As for uniforms and sets and stuff like that I feel like they are kind of important somewhat in a established universe but only in terms to how close they are to and exsiting show. Which is one of the reasons I think a prime prequel is almost impossible to pull off unless you go way back like "Enterprise" did. That's not to say you can't do something in "TOS" time but if you do I think it only feels credible if it is a reboot instead of pretending the slick new shows is taking place along side of the old dated looking 60's show.

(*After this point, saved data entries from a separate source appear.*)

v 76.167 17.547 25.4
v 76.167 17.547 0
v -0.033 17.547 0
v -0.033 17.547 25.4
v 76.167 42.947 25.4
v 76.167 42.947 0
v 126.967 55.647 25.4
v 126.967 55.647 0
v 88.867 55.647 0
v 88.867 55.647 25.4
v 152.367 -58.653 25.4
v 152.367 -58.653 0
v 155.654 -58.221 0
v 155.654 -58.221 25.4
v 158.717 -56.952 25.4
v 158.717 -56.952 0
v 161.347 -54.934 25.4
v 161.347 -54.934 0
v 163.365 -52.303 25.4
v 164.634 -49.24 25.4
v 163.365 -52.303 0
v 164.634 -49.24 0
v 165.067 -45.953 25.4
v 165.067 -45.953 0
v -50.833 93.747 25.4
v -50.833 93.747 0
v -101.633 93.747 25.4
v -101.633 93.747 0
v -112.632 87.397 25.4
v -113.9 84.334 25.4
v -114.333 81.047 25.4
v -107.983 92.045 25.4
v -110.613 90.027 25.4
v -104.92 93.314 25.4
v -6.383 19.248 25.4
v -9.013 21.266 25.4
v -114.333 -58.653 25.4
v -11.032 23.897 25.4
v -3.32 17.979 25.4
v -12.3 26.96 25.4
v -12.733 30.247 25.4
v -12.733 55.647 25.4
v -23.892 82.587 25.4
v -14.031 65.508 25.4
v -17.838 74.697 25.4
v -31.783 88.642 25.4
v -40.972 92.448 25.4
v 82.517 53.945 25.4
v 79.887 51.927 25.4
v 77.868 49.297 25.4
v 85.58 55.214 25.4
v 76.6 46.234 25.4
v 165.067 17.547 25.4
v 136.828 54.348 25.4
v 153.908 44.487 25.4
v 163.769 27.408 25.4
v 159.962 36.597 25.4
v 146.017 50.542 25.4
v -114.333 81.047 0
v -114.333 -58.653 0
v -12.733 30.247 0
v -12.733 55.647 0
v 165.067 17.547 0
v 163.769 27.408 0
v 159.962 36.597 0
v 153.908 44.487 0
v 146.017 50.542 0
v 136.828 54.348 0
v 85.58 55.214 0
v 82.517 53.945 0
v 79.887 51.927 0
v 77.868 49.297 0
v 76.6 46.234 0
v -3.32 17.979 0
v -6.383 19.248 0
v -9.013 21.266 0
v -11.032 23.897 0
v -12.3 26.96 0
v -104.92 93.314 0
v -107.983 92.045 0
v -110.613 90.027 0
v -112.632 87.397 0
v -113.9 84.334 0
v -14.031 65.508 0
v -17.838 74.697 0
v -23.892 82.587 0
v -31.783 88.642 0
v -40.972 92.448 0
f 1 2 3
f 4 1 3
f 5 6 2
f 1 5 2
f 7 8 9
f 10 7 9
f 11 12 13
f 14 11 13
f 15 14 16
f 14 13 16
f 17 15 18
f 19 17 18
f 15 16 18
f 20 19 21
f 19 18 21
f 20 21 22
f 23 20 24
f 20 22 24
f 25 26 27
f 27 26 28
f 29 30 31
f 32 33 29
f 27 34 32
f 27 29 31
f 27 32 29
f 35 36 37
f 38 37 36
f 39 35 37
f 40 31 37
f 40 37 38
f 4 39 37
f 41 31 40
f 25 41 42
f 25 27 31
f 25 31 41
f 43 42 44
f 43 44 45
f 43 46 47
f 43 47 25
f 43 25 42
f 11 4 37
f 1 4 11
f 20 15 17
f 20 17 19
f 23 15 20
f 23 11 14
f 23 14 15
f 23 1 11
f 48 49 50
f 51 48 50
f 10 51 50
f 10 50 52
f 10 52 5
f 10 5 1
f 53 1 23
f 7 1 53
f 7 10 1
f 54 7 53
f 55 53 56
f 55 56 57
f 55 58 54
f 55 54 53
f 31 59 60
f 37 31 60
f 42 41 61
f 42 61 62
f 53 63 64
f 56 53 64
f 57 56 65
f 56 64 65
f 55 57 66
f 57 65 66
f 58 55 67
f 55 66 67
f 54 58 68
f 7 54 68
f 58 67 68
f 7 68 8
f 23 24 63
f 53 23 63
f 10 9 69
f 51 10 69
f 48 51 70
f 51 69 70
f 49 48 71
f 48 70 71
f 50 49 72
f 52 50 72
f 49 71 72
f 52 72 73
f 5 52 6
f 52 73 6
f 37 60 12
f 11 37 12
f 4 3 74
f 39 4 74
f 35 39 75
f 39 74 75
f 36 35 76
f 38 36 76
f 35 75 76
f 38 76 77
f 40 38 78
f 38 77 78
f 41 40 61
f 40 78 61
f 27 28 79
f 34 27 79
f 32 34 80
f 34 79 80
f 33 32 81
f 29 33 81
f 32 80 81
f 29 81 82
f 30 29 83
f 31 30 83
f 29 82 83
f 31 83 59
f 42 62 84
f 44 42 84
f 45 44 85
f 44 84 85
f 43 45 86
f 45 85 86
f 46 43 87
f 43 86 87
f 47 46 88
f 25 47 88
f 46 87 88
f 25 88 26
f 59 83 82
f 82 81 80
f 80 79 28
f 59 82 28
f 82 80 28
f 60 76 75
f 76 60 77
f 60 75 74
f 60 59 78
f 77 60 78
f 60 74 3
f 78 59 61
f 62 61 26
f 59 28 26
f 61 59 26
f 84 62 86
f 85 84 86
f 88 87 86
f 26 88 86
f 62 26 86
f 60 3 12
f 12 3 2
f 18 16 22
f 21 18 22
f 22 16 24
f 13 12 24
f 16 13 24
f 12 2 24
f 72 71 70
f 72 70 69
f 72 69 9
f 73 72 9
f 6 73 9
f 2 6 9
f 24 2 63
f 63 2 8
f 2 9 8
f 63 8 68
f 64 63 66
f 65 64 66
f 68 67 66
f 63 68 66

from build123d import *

# Parameters (mm, degrees)
F1_DEPTH = 25.4


with BuildPart() as f1:
    # F0 (on Top) → F1 (new body)
    with BuildSketch(Plane.XY):
        with BuildLine():
            Line((-114.333168, 81.04653), (-114.333168, -58.65347))
            Line((-114.333168, -58.65347), (152.366832, -58.65347))
            ThreePointArc((152.366832, -58.65347), (161.347088, -54.933726), (165.066832, -45.95347))
            Line((165.066832, -45.95347), (165.066832, 17.54653))
            ThreePointArc((165.066832, 17.54653), (153.907601, 44.487298), (126.966832, 55.64653))
            Line((126.966832, 55.64653), (88.866832, 55.64653))
            ThreePointArc((88.866832, 55.64653), (79.886576, 51.926786), (76.166832, 42.94653))
            Line((76.166832, 42.94653), (76.166832, 17.54653))
            Line((76.166832, 17.54653), (-0.033168, 17.54653))
            ThreePointArc((-0.033168, 17.54653), (-9.013424, 21.266274), (-12.733168, 30.24653))
            Line((-12.733168, 30.24653), (-12.733168, 55.64653))
            ThreePointArc((-12.733168, 55.64653), (-23.892399, 82.587298), (-50.833168, 93.74653))
            Line((-50.833168, 93.74653), (-101.633168, 93.74653))
            ThreePointArc((-101.633168, 93.74653), (-110.613424, 90.026786), (-114.333168, 81.04653))
        make_face()
    extrude(amount=F1_DEPTH)


solid = f1.part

It's also why I think "TNG" can look so different from "TOS" and that is because it is set 80 years after the first show. I got a question. What do you think is more credible? If the teaser we got was for a show set 20 years after "Voyager" or 10 years before "TOS?" Reboot makes the question irrelevant but a show that wants to be set in a existing timeline I think does make it a somewhat important question.

Jason
 
I like the costumes of the new movies but it does seem odd that Discovery looks like an outtake from the new movies if its supposed to be set in the original timeline. But no big deal. Discovery could break new ground and entertain but Id be more excited if it wasn't a prequel. Star Trek is about going forward. New aliens, new ideas, fresh looking aesthetics, ect. Visually I'd like to see a reimagining based on where technology is now; Star Trek should look sleek, minimalist, and believable, as Rodenberry intended.